Crisis? What crisis?

Following the cabinet shuffle in July, Canada’s freshly minted immigration minister, Marc Miller, has repeatedly reiterated that his government is not considering reducing immigration levels despite Canada’s housing crisis.

The competition for housing is so intense that house prices have doubled since Miller’s boss, Justin Trudeau, came to power in 2015. The impacts of this crisis are being felt by those whose hopes of ever being able to afford a home are being dashed, those who are losing their current living space because they can no longer afford rising mortgage rates or rental payments, and those who are actually becoming homeless.

The housing crisis, and the subsequent push to build, build, build and fill in every nook and cranny with more housing and more people, is behind the drive to plop multiplex infills into greenspace-rich neighbourhoods zoned for single detached houses, to further densify neighbourhoods that many would consider plenty dense already, and to build high-rises in every conceivable location. Liveable neighbourhoods with lots of space and trees? What a bourgeois concept!

Ontario Premier Doug Ford is Exhibit A for how the federal government’s push to drive up Canada’s population for bogus economic reasons is making a mockery of what were once zoning laws, municipal council decision-making processes, and environmental protection laws. As we have previously discussed, Ford’s government has recently engaged in an orgy of passing bills to build more homes and more highways, bypass or repeal legislation to protect farmland and natural areas, and to limit the power of municipalities to resist the juggernaut of growth. It’s not my fault, says Ford, who seems to have a pretty cozy relationship with Trudeau. He welcomes all those newcomers Trudeau is bringing in, Ford says, but a whole lot of them come to Ontario, and we have to put them somewhere. And what better place to put them than on the Greenbelt around the Greater Toronto Area (GTA)? Especially if big chunks of it are owned by his buddies, who stand to make billions from the rezoning of those chunks. Oh, yeah, some corruption may be involved as well.
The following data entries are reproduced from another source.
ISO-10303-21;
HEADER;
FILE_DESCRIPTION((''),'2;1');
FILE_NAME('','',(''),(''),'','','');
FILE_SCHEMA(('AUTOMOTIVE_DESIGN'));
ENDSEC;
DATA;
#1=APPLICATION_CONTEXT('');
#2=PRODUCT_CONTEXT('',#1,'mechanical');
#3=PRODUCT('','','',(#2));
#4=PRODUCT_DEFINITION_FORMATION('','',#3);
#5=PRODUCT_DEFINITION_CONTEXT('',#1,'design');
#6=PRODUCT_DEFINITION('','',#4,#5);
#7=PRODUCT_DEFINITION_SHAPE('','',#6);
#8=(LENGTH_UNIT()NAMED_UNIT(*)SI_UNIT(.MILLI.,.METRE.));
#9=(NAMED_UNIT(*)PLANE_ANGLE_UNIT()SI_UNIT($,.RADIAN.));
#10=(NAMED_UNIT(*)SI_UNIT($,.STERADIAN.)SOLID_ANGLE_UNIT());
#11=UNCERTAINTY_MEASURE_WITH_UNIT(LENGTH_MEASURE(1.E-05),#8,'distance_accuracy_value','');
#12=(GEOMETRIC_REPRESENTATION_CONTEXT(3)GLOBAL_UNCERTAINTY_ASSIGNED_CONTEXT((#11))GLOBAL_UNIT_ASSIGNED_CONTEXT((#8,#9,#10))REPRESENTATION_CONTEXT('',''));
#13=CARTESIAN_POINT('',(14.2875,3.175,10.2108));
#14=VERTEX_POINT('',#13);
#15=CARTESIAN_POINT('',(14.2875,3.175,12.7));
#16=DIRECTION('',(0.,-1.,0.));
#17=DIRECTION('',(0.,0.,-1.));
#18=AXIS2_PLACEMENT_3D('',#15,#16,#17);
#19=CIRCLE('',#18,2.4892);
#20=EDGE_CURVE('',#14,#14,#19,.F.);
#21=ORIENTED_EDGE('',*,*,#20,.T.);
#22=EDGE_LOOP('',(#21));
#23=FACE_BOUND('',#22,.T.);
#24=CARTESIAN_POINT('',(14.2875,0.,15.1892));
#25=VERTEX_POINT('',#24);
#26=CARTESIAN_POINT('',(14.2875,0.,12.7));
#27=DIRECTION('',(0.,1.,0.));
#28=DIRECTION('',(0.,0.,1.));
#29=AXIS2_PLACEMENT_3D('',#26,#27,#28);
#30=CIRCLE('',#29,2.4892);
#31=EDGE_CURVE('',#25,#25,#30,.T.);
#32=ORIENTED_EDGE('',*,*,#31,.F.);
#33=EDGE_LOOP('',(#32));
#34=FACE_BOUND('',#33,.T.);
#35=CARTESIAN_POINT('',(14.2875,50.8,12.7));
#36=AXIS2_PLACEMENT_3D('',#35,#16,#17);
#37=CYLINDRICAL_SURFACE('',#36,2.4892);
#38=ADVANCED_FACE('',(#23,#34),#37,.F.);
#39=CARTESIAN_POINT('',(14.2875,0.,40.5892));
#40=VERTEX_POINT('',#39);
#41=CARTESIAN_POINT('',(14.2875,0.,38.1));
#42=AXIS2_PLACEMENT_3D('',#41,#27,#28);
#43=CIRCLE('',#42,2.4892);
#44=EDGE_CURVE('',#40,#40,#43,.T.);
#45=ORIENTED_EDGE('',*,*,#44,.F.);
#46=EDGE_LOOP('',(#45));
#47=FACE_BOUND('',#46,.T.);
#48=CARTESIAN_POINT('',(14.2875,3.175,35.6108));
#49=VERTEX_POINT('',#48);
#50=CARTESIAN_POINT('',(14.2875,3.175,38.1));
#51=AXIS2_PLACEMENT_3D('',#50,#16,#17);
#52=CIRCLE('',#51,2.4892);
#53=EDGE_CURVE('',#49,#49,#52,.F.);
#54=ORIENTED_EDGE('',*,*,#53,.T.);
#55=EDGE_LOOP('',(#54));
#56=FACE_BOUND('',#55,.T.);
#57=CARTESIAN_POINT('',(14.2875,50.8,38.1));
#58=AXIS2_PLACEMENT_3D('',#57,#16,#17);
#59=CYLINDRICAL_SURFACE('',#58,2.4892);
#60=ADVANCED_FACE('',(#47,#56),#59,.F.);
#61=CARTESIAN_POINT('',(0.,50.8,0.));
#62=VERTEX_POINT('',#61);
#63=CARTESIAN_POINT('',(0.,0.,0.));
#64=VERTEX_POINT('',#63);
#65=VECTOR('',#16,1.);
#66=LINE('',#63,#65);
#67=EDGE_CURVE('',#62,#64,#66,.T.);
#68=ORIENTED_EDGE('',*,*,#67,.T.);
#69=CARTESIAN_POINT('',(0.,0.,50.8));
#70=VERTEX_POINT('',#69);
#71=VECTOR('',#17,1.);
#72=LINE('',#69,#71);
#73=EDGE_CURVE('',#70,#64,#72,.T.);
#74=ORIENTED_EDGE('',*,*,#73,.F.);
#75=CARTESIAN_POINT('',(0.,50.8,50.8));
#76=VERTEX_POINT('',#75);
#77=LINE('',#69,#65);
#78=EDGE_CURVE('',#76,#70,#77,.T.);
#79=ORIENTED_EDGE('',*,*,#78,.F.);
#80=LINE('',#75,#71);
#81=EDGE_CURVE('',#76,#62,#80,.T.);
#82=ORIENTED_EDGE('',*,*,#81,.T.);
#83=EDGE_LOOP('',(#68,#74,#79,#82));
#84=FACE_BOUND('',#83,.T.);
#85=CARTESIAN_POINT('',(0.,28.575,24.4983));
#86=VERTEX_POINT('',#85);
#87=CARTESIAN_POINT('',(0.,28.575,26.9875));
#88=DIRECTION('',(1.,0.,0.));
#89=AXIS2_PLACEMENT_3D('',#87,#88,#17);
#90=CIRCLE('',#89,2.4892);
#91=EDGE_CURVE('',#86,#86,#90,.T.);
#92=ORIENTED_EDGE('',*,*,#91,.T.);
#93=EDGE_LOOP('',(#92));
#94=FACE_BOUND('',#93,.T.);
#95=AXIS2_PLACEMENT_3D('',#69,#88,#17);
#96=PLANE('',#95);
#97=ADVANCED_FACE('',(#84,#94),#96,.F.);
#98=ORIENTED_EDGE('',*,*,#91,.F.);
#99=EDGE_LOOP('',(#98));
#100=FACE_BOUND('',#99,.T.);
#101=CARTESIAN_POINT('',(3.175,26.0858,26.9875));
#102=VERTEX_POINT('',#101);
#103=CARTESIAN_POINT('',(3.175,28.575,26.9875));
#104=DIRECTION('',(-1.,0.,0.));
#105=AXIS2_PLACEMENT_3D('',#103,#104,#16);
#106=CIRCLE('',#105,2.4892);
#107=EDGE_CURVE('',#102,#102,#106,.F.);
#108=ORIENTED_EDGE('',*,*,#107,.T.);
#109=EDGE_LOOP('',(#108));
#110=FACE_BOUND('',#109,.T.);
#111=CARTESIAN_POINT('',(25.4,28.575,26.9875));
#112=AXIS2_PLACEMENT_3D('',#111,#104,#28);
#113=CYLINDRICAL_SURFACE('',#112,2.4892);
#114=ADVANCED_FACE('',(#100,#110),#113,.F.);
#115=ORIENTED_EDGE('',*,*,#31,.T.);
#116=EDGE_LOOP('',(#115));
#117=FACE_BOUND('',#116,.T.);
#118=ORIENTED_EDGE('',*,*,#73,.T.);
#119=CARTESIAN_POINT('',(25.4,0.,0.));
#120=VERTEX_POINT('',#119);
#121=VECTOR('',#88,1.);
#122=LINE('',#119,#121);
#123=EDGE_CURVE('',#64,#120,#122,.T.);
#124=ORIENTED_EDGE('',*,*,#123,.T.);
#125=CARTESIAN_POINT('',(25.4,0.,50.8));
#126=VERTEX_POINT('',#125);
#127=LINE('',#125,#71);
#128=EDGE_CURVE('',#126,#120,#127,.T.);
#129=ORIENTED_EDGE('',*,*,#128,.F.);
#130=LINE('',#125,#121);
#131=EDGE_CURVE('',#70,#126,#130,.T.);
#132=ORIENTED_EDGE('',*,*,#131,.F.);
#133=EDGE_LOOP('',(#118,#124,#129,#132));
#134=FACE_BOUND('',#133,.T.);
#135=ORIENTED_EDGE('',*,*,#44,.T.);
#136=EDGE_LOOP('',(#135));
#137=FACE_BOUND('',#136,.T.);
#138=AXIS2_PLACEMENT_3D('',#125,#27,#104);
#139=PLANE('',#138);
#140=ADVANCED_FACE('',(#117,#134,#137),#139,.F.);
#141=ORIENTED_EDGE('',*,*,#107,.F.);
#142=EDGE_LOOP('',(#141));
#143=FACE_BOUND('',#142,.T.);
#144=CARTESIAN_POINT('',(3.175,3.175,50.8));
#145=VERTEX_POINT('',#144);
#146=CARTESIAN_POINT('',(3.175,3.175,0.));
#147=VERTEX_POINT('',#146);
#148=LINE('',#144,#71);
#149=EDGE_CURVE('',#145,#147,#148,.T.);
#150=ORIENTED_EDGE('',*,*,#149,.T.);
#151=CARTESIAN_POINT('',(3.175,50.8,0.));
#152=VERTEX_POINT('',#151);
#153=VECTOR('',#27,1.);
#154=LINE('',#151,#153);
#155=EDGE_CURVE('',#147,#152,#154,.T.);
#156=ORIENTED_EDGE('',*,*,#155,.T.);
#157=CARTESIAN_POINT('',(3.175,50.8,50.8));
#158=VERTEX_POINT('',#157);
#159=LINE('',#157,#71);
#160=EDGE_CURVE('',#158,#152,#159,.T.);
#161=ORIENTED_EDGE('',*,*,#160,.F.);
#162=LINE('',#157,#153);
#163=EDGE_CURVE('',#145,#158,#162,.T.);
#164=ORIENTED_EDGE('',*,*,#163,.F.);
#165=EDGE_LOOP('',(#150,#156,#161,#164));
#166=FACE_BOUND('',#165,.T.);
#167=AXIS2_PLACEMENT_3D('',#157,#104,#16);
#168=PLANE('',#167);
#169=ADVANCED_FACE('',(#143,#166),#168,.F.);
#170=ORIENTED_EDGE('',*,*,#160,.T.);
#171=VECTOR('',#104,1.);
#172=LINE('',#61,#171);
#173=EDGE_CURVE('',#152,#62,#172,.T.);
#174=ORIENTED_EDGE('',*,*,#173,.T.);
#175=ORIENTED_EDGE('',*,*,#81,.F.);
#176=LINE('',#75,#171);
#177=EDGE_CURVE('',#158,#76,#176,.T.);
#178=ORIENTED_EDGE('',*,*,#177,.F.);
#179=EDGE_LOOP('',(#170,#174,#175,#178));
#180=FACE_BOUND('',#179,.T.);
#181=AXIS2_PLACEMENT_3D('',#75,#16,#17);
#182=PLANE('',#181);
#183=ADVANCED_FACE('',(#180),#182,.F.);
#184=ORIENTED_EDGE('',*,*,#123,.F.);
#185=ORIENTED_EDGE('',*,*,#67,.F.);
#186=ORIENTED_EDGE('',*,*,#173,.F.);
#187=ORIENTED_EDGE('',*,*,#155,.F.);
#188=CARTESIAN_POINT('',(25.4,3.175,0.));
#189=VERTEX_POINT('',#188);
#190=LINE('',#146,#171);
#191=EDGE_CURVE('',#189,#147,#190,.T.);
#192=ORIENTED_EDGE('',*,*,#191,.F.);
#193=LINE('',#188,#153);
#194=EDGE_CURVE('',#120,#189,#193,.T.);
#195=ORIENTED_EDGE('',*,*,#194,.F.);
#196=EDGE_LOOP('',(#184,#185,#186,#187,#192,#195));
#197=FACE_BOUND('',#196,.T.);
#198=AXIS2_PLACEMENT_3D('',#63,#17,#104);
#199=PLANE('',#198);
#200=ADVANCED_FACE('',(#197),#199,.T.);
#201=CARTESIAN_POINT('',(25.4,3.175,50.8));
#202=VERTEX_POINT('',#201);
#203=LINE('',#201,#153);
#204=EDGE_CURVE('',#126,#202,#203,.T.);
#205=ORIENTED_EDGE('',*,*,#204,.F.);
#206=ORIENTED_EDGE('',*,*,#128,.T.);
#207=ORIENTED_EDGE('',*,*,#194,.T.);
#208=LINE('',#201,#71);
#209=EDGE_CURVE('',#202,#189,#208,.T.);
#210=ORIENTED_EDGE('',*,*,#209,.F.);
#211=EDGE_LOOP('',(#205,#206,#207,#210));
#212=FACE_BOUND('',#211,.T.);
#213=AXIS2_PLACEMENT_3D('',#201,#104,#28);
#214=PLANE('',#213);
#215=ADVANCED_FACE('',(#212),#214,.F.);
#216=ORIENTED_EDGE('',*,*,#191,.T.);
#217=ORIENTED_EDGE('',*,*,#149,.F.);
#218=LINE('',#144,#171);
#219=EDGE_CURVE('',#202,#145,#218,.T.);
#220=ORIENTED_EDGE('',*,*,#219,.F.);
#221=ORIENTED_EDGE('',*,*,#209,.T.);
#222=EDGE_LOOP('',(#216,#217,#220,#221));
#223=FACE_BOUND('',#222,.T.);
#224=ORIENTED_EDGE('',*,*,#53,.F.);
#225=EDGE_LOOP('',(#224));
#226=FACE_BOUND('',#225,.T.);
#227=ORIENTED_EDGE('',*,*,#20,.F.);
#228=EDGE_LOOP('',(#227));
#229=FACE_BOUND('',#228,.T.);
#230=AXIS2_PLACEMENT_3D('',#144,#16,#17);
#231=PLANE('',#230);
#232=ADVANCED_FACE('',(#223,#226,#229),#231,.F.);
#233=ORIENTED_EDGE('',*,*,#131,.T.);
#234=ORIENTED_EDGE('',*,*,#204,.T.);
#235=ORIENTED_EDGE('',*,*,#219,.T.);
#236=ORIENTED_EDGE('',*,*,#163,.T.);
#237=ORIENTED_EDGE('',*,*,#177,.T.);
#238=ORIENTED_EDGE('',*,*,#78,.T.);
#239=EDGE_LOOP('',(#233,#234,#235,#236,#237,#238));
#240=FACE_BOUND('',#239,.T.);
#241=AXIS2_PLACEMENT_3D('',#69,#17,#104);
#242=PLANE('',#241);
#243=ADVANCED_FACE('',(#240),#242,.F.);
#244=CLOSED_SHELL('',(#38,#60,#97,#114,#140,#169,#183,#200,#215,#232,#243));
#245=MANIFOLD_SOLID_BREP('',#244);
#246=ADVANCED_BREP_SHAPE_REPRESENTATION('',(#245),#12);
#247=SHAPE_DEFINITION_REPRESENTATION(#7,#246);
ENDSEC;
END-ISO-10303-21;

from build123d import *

# Parameters (mm, degrees)
BOSS_EXTRUDE1_DEPTH = 50.8
SKETCH2_R           = 2.4892
CUT_EXTRUDE1_DEPTH  = 77.2
SKETCH3_R           = 2.4892
CUT_EXTRUDE2_DEPTH  = 77.2


with BuildPart() as part:
    # Sketch1 → Boss-Extrude1 (new body)
    with BuildSketch(Plane.XY):
        Polygon((0, 0), (0, 50.8), (3.175, 50.8), (3.175, 3.175), (25.4, 3.175), (25.4, 0), align=None)
    extrude(amount=BOSS_EXTRUDE1_DEPTH)

    # Sketch2 → Cut-Extrude1 (cut, through all)
    with BuildSketch(Plane(origin=(0, 0, 0), x_dir=(0, 0, -1), z_dir=(1, 0, 0))):
        with Locations(Location((-26.9875, 28.575, 0), (0, 0, 270))):
            Circle(SKETCH2_R)
    extrude(amount=CUT_EXTRUDE1_DEPTH, mode=Mode.SUBTRACT)

    # Sketch3 → Cut-Extrude2 (cut, through all)
    with BuildSketch(Plane(origin=(0, 0, 0), x_dir=(1, 0, 0), z_dir=(0, 1, 0))):
        with Locations(Location((14.2875, -38.1, 0), (0, 0, 90))):
            Circle(SKETCH3_R)
        with Locations(Location((14.2875, -12.7, 0), (0, 0, 90))):
            Circle(SKETCH3_R)
    extrude(amount=CUT_EXTRUDE2_DEPTH, mode=Mode.SUBTRACT)


solid = part.part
Photo by Avel Chuklanov on Unsplash

The federal government could put a stop to, or very significantly alleviate, the housing crisis simply by reducing demand for that limited supply. This would easily be done by cutting back on immigration – and Justin Trudeau’s own father set the example. In the last year that Pierre Trudeau was prime minister (1984), Canada accepted only 88,300 newcomers – for economic, not ideological, reasons. With a country already groaning under the weight of mass immigration, Justin Trudeau’s government is aiming for 500,000 by 2025, but in reality has been accepting far higher numbers. The total number of new arrivals in Canada in 2022 was over one million. Is anyone surprised that there is a housing crisis?

Not my circus, not my monkeys?

Yet the man responsible for creating this catastrophic situation, Prime Minister Justin Trudeau, washes his hands of responsibility. “I’ll be blunt as well,” he says, “housing isn’t primarily a federal responsibility. It’s not something we have direct charge of,” as if his ramping up demand through immigration had nothing to do with the supply problem the provinces and municipalities have to contend with. “But,” he adds with a hint of noblesse oblige, “this is something we can and must help with.” Kind of like an arsonist helpfully pouring buckets of water on the fire he has set. (It’s worth noting that while Trudeau is the obvious culprit for creating this crisis, it is becoming harder and harder to ignore the role of the Century Initiative and possibly even higher-level globalist organizations in steering Canada’s immigration policies. But this is the subject of other articles, past and future.)

Immigration minister Marc Miller shares his boss’s aversion to taking responsibility for the housing crisis. On August 11 he told reporters, “If I were to move countries, I don’t think I would expect the host government to provide me with a house.”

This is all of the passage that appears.